Not emo. Not now. Not ever.

The irony in all of this is that a large reason emo “died down” in the first place—aside from most of its followers finally losing their virginities and getting lives—is because it was forced to go underground when every music outlet stupidly tried to stick emo with My Chemical Romance and Paramore. And now, in 2013, those same music outlets are trying to tell us what new emo bands we should check out. It sounds a lot like when Dick Cheney goes on Fox News and advises Obama on how to handle the Iraq war. Thanks, guys, but we’d all rather eat a Hitler sandwich than take your shitty, hypocritical advice.
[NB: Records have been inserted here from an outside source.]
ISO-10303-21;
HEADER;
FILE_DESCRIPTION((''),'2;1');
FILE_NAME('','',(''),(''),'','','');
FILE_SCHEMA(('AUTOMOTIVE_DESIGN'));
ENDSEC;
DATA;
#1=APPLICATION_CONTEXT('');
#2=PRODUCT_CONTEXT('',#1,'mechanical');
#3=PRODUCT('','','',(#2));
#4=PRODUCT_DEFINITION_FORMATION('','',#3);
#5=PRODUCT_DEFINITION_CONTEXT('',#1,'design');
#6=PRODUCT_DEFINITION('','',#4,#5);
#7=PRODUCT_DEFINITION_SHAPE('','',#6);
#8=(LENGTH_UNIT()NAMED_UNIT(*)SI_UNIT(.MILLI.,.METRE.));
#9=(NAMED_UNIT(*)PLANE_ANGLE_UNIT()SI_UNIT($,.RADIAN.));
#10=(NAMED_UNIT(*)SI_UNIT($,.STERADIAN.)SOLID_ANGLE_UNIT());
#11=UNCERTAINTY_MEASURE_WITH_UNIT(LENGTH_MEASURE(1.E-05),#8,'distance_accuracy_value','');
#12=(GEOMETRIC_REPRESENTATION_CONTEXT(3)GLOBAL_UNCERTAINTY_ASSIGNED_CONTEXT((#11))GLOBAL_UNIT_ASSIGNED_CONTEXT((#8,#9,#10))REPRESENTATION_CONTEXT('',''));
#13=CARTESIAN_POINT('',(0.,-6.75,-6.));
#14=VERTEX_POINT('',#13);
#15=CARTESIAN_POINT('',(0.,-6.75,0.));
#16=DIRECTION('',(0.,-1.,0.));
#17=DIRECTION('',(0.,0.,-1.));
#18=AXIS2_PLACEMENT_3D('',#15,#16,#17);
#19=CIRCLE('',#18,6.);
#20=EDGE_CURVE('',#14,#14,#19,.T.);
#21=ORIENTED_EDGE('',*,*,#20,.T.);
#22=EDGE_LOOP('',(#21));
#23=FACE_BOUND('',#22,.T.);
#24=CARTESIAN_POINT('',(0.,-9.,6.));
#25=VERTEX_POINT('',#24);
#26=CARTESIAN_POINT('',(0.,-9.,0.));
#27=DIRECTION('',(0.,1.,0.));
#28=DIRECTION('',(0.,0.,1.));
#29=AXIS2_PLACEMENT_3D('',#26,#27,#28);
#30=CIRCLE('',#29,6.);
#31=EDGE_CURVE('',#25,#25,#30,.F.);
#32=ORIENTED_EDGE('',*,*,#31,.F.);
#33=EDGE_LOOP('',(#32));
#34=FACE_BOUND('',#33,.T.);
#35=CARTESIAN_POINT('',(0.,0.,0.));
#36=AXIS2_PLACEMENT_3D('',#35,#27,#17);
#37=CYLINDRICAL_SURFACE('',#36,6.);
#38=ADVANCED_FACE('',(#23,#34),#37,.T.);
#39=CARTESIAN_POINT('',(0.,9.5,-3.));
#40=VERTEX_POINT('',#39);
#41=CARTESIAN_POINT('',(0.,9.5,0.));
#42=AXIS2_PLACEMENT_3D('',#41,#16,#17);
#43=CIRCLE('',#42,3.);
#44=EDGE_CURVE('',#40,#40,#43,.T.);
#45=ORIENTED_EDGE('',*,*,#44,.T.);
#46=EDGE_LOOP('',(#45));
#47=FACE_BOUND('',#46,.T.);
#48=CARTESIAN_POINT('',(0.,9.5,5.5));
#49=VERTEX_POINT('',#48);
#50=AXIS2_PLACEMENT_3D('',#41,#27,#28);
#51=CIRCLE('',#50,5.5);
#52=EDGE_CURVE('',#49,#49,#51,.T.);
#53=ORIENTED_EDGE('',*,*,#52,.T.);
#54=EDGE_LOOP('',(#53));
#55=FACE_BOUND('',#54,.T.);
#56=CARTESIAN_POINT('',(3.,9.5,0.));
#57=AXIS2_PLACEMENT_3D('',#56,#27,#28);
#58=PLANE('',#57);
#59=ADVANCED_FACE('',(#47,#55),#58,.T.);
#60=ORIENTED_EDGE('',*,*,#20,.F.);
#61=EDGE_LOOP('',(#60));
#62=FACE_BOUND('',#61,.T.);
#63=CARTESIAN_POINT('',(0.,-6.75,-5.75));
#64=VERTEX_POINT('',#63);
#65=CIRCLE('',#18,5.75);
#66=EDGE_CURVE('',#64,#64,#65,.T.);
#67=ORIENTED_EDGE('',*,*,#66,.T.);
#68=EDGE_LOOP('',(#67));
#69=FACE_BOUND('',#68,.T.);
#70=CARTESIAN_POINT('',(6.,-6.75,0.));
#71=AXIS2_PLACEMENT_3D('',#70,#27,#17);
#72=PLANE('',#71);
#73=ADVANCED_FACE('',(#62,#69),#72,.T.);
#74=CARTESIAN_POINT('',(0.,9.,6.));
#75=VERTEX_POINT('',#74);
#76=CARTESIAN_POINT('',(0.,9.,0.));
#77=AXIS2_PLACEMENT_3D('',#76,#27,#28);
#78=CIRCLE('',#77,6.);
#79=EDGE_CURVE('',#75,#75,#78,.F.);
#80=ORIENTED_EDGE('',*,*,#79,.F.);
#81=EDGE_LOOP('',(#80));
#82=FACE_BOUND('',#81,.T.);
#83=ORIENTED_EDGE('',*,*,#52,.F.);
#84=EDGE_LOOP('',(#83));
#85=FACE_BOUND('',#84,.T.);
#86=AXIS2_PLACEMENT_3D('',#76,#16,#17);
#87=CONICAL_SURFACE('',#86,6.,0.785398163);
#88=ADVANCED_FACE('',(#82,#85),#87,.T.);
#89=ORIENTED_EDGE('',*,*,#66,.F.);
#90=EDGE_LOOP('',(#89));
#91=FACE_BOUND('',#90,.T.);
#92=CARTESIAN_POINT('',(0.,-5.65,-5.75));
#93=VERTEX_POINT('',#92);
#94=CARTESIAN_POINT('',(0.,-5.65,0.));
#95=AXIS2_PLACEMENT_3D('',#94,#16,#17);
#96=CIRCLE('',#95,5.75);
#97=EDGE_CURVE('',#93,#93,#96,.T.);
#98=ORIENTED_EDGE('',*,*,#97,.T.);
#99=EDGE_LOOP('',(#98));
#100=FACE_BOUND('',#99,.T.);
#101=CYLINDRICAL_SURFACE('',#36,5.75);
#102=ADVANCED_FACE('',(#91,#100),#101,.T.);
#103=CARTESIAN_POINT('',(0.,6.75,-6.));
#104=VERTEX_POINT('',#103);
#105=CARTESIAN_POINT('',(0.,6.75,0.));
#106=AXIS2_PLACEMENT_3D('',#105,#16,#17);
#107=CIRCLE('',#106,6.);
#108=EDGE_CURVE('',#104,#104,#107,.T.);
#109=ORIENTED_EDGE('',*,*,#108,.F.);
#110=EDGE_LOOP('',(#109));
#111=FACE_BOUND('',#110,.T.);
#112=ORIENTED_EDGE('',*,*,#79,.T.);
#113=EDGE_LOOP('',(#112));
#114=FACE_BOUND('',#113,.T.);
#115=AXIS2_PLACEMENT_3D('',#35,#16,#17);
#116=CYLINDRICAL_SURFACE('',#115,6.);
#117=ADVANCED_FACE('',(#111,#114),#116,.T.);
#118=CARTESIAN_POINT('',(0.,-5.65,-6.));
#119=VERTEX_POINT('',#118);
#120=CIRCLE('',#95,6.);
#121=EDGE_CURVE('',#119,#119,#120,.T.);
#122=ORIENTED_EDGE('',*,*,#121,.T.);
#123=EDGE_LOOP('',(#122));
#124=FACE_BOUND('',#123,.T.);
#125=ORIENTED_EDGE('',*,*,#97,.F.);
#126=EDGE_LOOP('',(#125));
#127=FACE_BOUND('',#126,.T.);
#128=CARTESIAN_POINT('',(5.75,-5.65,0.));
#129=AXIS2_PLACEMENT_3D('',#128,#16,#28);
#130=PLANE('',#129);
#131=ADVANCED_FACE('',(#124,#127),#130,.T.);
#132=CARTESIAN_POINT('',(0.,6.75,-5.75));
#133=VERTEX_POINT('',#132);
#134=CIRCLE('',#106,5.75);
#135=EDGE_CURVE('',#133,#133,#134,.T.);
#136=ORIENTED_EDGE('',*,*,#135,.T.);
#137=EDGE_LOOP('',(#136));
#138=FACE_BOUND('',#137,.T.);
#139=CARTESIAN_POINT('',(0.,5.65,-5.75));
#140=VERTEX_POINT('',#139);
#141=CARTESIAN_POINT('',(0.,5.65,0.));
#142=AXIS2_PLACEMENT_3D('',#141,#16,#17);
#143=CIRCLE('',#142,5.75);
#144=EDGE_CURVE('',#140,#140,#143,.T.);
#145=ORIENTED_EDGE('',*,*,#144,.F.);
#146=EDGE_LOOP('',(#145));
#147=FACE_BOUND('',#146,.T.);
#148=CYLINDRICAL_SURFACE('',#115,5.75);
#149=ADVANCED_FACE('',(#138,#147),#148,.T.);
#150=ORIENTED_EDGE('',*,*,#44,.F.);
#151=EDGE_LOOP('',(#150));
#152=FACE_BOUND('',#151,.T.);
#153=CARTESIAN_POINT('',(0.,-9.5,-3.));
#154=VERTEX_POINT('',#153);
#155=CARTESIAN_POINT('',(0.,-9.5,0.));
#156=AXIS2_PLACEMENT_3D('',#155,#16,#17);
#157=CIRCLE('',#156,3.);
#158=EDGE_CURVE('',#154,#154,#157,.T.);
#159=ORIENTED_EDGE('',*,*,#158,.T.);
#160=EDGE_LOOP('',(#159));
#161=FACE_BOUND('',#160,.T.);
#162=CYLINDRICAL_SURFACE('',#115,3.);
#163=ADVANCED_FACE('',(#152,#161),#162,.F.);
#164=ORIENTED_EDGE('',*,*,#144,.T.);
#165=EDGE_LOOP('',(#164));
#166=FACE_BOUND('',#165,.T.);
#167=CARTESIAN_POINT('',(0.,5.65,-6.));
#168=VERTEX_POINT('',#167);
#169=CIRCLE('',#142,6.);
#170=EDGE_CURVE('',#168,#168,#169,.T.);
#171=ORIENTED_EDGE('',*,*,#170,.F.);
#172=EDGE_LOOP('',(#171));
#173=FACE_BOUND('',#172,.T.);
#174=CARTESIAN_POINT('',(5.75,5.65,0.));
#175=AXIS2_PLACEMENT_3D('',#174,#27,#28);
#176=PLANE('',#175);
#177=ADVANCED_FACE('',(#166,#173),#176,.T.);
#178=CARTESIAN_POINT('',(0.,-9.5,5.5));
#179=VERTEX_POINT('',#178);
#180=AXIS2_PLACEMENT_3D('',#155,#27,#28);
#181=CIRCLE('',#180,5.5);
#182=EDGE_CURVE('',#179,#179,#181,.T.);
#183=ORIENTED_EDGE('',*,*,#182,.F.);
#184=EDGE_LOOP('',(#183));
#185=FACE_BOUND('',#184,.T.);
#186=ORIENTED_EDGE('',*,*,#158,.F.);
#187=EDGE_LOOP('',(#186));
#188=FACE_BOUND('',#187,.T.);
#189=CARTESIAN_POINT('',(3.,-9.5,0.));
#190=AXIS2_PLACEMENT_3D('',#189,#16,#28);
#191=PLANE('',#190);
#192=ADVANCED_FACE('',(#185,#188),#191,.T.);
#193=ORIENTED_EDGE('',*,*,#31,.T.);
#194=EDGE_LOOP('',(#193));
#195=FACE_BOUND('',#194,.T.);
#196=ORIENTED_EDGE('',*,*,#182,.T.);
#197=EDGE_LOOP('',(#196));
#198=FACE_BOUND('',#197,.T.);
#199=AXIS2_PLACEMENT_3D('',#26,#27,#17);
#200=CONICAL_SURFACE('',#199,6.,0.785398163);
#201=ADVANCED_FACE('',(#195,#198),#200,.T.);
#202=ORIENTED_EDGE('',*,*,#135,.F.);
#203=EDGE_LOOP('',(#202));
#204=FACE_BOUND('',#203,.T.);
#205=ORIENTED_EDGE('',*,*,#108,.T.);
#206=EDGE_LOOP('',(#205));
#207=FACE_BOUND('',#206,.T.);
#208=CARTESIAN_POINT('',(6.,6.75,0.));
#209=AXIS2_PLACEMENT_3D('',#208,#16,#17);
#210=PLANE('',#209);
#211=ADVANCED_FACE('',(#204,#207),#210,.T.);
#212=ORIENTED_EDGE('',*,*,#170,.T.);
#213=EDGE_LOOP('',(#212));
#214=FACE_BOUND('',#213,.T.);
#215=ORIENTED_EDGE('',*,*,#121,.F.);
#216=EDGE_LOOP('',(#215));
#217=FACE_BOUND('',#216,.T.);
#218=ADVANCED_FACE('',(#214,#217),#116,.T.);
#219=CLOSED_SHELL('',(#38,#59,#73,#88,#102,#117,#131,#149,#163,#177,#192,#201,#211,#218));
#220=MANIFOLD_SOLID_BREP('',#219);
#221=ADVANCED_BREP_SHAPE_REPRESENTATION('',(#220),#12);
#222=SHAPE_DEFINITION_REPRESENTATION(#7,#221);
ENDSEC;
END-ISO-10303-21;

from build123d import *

# Parameters (mm, degrees)
CHAMFER1_SIZE = 0.5


with BuildPart() as part:
    # Sketch1 → Revolve1 (revolve)
    with BuildSketch(Plane.XY):
        Polygon((3, 0), (3, 9.5), (6, 9.5), (6, 6.75), (5.75, 6.75), (5.75, 5.65), (6, 5.65), (6, 0), align=None)
    revolve(axis=Axis((0, 0, 0), (0, 1, 0)))

    # Chamfer1
    chamfer1_edges = [part.edges().sort_by_distance(p)[0] for p in [
        (-6, 9.5, 0),
    ]]
    chamfer(chamfer1_edges, length=CHAMFER1_SIZE)

    # Mirror1: part across plane


with BuildPart() as part_1:
    add(part.part)
    add(part.part.mirror(Plane(origin=(6, 0, 0), x_dir=(0, 0, 1), z_dir=(0, -1, 0))))


solid = part_1.part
Eventually, this problem will solve itself. The “emo revival” articles will soon hit a critical mass. The straw that will break the camel’s back will be when some New York Times writer takes a break from penning the paper’s 500th “Have You Noticed There Are Hipsters Living In Brooklyn???” article to write a trend piece on emo. The Times' anti-Midas touch will kill the trend dead where it stands and everyone will lose interest in emo and move on to whatever dumb music subgenre is popular that week, like indie drone Celtic trip-hop or whatever. But for the moment, we’re all currently trapped in fake emo revival hell and to borrow a line from emo legends, The Promise Ring, nothing feels good.